Loteamentos populares me trazem essa lembrança. As casas são tão iguais que se o cara chegar à noite e meio de fogo, pode ser que não ache a sua. O modelo de loteamento segue o mesmo padrão dos tempos do BNH na Ditadura. Parece um imenso pombal. Em geral, o poder público junto com os “donos” da cidade mais um punhado de lambetas, decidem o lugar de acordo com os interesses do mercado imobiliário e dos donos de terras. O principal interessado – o povo – não participa de nada. Se for área rural, o prefeito e ‘seus’ vereadores esticam o perímetro urbano. Quando mais longe, melhor porque novos vetores de crescimento são abertos, valorizando o entremeio e o entorno, servindo o pobre como desbravador de sertão ou bucha de canhão.  Quando o lugar valorizar será empurrado para mais longe.

A arquitetura é a mesma, a estética é uniforme. Não há espaço para nada. Casas a perder de vista. Quadras longas, ruas monótonas e estreitas, dificultando o cultivo do verde e a locomoção de coletivos – quando existem. Fica evidente a intenção de uniformizar e padronizar a pobreza para manter o controle; tirar-lhe a identidade e ficar menos feia. Mais ou menos como missionários fizeram com os índios obrigando-os a abolirem a maloca e botarem roupas. “A maloca era o centro da cultura. Quando os missionários queriam mudar a cultura, o primeiro alvo era a maloca.” diz o assessor do Instituto Socioambiental (ISA) Pieter-Jan van der Veld. (Folha 24.04.18).

Esses loteamentos sem vida, sem calor humano e de exclusão socioespacial, em geral, acabam por virar bolsões de pobreza, drogadição e ociosidade de adolescentes e jovens, já que estão no meio de lugar nenhum. Quantos empreendimentos desse tipo tiveram êxito? Além do mais, o custo de se levar infraestrutura, transporte, educação, saúde, etc. é rateado entre todos os cidadãos, inclusive entre os que não querem ver pobre na frente.  Fora a dor de cabeça que terão com o aumento da violência porque nenhum ser humano tolera segregação.
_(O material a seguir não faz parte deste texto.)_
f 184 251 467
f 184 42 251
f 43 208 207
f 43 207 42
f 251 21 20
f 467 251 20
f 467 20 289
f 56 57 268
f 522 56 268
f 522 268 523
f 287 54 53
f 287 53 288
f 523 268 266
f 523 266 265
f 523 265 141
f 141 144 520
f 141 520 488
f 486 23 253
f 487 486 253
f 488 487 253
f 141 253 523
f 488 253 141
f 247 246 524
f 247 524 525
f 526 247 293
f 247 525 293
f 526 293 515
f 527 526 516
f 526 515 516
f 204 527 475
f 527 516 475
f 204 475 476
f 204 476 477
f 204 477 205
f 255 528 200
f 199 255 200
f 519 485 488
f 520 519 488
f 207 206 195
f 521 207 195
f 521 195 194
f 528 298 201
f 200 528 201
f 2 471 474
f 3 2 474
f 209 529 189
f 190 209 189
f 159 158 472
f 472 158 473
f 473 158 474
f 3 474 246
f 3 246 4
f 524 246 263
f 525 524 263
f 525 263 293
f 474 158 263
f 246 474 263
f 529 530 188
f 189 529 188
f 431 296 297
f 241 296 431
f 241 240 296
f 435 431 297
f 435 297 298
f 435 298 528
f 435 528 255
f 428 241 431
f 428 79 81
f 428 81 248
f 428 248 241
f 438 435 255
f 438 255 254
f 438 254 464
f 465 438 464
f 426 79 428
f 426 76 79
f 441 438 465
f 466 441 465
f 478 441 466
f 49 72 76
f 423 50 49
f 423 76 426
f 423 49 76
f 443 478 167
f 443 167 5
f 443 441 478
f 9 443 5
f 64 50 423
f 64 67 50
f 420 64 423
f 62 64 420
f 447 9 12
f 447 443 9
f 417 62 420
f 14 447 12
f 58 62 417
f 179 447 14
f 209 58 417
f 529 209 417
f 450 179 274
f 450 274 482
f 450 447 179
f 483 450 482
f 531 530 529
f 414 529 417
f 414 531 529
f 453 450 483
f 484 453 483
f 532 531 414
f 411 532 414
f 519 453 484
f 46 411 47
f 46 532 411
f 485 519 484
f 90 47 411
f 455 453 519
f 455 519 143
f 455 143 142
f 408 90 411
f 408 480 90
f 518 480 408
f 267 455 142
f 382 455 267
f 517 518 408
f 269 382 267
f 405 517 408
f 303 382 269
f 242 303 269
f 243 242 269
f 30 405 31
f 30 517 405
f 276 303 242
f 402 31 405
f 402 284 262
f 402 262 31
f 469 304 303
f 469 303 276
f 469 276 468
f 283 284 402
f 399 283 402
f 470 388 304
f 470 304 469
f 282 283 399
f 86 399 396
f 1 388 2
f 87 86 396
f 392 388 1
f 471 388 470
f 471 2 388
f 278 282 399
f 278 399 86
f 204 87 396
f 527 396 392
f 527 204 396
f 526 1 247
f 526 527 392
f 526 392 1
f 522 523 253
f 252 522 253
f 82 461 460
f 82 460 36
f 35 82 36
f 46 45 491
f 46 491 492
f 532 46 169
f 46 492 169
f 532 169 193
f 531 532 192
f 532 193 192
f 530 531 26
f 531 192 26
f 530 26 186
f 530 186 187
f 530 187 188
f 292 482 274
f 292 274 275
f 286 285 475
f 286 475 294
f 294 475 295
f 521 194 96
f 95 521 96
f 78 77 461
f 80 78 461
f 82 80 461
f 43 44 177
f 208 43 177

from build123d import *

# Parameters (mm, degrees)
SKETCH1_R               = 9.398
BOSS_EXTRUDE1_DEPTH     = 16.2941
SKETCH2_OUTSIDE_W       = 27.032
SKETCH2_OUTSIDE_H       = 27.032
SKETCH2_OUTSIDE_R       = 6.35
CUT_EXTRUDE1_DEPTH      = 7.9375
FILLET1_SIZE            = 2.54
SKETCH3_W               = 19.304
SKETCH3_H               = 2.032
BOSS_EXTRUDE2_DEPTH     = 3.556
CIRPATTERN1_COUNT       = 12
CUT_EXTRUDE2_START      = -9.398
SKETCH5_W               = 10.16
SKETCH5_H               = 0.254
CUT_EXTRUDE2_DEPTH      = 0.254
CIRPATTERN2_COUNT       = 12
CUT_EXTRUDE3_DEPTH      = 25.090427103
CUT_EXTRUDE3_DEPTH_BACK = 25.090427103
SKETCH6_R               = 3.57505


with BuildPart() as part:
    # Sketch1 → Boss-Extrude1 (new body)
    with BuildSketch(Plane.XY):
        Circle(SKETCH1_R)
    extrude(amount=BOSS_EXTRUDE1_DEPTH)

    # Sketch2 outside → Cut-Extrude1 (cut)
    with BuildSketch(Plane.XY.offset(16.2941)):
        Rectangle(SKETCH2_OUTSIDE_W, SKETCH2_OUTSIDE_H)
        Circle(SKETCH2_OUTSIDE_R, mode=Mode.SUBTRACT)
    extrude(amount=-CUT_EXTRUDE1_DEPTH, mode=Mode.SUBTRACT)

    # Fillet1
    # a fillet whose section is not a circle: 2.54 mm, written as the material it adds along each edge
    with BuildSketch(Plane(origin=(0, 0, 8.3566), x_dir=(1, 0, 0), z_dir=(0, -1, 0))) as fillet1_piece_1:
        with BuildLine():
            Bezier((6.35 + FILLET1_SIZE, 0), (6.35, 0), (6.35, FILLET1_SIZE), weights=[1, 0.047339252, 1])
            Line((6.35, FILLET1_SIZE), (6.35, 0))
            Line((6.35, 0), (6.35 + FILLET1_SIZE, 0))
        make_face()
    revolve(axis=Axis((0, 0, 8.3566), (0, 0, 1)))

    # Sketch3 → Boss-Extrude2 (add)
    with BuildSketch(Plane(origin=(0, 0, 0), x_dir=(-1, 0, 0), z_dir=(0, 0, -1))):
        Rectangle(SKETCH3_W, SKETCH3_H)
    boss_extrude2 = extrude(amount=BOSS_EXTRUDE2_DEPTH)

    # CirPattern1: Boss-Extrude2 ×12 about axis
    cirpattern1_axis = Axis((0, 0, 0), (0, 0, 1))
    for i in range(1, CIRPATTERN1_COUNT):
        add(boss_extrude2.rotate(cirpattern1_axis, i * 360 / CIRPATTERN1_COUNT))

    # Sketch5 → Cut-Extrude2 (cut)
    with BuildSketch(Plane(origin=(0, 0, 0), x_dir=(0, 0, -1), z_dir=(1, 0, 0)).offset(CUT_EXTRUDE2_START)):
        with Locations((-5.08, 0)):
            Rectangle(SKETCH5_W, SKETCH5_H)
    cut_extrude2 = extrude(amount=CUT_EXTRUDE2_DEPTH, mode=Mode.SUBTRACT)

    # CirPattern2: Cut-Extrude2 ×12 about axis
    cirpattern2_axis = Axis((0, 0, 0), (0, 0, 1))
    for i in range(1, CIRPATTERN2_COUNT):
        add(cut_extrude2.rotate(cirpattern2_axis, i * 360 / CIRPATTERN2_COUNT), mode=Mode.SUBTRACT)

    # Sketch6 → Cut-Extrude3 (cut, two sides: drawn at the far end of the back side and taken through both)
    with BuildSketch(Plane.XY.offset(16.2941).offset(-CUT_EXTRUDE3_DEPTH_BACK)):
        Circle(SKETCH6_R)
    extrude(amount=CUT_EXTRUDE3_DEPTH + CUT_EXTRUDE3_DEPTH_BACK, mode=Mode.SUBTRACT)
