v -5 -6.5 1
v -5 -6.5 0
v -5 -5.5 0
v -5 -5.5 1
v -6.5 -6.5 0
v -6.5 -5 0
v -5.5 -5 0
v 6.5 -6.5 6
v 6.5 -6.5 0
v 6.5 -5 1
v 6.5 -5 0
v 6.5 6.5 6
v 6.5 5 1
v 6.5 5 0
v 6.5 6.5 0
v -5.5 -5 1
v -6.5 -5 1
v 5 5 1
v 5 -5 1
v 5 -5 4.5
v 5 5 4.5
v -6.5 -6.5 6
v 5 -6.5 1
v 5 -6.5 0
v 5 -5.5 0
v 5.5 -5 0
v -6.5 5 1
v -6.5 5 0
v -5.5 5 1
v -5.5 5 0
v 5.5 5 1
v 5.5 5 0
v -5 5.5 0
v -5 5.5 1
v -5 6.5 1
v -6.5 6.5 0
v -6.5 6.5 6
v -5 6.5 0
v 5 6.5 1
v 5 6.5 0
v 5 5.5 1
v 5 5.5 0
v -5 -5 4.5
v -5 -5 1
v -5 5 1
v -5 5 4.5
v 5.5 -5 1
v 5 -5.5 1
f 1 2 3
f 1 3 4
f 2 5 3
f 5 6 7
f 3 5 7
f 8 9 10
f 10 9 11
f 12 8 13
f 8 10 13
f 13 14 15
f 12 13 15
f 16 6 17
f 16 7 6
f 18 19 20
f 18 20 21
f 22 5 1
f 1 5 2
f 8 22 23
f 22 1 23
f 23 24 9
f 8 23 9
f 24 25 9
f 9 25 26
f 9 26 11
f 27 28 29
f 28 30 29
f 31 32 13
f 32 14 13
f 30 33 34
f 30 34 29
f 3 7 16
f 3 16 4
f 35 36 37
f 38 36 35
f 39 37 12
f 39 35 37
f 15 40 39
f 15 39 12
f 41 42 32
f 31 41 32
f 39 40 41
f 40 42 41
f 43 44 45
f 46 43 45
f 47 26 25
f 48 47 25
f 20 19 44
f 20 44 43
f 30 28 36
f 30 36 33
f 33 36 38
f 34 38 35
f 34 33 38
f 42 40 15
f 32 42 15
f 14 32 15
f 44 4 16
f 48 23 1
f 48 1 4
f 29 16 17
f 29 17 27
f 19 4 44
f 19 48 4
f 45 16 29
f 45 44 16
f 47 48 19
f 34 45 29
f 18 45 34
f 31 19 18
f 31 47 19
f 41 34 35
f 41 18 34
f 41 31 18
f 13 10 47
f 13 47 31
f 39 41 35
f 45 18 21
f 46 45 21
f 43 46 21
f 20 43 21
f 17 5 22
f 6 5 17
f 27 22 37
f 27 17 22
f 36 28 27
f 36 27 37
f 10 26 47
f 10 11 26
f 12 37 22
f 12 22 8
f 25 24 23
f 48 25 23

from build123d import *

# Parameters (mm, degrees)
F0_W        = 13
F0_H        = 13
F1_DEPTH    = 6
F2_W        = 10
F2_H        = 10
F3_DEPTH    = 4.5
F4_W        = 10
F4_H        = 2
F5_DEPTH    = 12.5
F6_W        = 10
F6_H        = 2
F7_DEPTH    = 12.5
F8_T1_DEPTH = 2.285841494


# Not quite as in the source:
# - a fillet or chamfer that OpenCascade refuses, or shapes differently, is made with other operations: its cross-section is extruded or revolved along the edge and cut away or added


with BuildPart() as f1:
    # F0 (on Top) → F1 (new body)
    with BuildSketch(Plane.XY):
        Rectangle(F0_W, F0_H)
    extrude(amount=F1_DEPTH)

    # F2 (on Top) → F3 (cut)
    with BuildSketch(Plane.XY):
        Rectangle(F2_W, F2_H)
    extrude(amount=F3_DEPTH, mode=Mode.SUBTRACT)

    # F4 (on Right) → F5 (cut, symmetric)
    with BuildSketch(Plane.YZ):
        Rectangle(F4_W, F4_H)
    extrude(amount=F5_DEPTH, both=True, mode=Mode.SUBTRACT)

    # F6 (on Front) → F7 (cut, symmetric)
    with BuildSketch(Plane.XZ):
        Rectangle(F6_W, F6_H)
    extrude(amount=F7_DEPTH, both=True, mode=Mode.SUBTRACT)

    # F8: chamfer of 0.5 on 4 edges, made by hand

    # F8_s2 → F8_t1 (cut)
    with BuildSketch(Plane.XY.offset(-1.285841494)):
        Polygon((5.5, -5), (5, -5.5), (5, -5), align=None)
        Polygon((5, 5.5), (5.5, 5), (5, 5), align=None)
        Polygon((-5.5, -5), (-5, -5.5), (-5, -5), align=None)
        Polygon((-5, 5.5), (-5.5, 5), (-5, 5), align=None)
    extrude(amount=F8_T1_DEPTH, mode=Mode.SUBTRACT)


solid = f1.part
Quando a elite carioca viu surgir o primeiro barraco “pendurado no morro”, em vez de fazer poesia deveria ter percebido que isso não acabaria bem e ter dado alerta, visto que ser humano não é bicho. Porém, sentiu-se segura e aliviada. Agora, está vendo no que deu. A cidade mais bonita do mundo virou um inferno, afinal desde o Éden não há paraíso que o egoísmo e o desamor não destruam.

Quando ando pelo Centro de Piracicaba – onde toda infraestrutura já existe, assim como serviços – vejo quadras inteiras de casas vazias, algumas se decompondo, outras pichadas de cima abaixo. Um acinte a quem não tem teto. Onde borbulhava vida sobra vazio, solidão, promiscuidade, ratos e baratas. Nossa praça retrata isso. Até agora não vi um prefeito porreta que encare os responsáveis por este caos a fim de colocá-los no seu devido lugar, afinal, cidade é espaço de vida e não de especulação.

Como fazer eu não sei, mas tenho certeza que onde há boa vontade, ética, compromisso com a dignidade humana, solidariedade e compaixão, tudo é possível. Poder público, população organizada, Caixa Econômica, ACIPI, mercado imobiliário, empreiteiras, etc. juntos podem fazer milagres e servirem de modelo para o Brasil.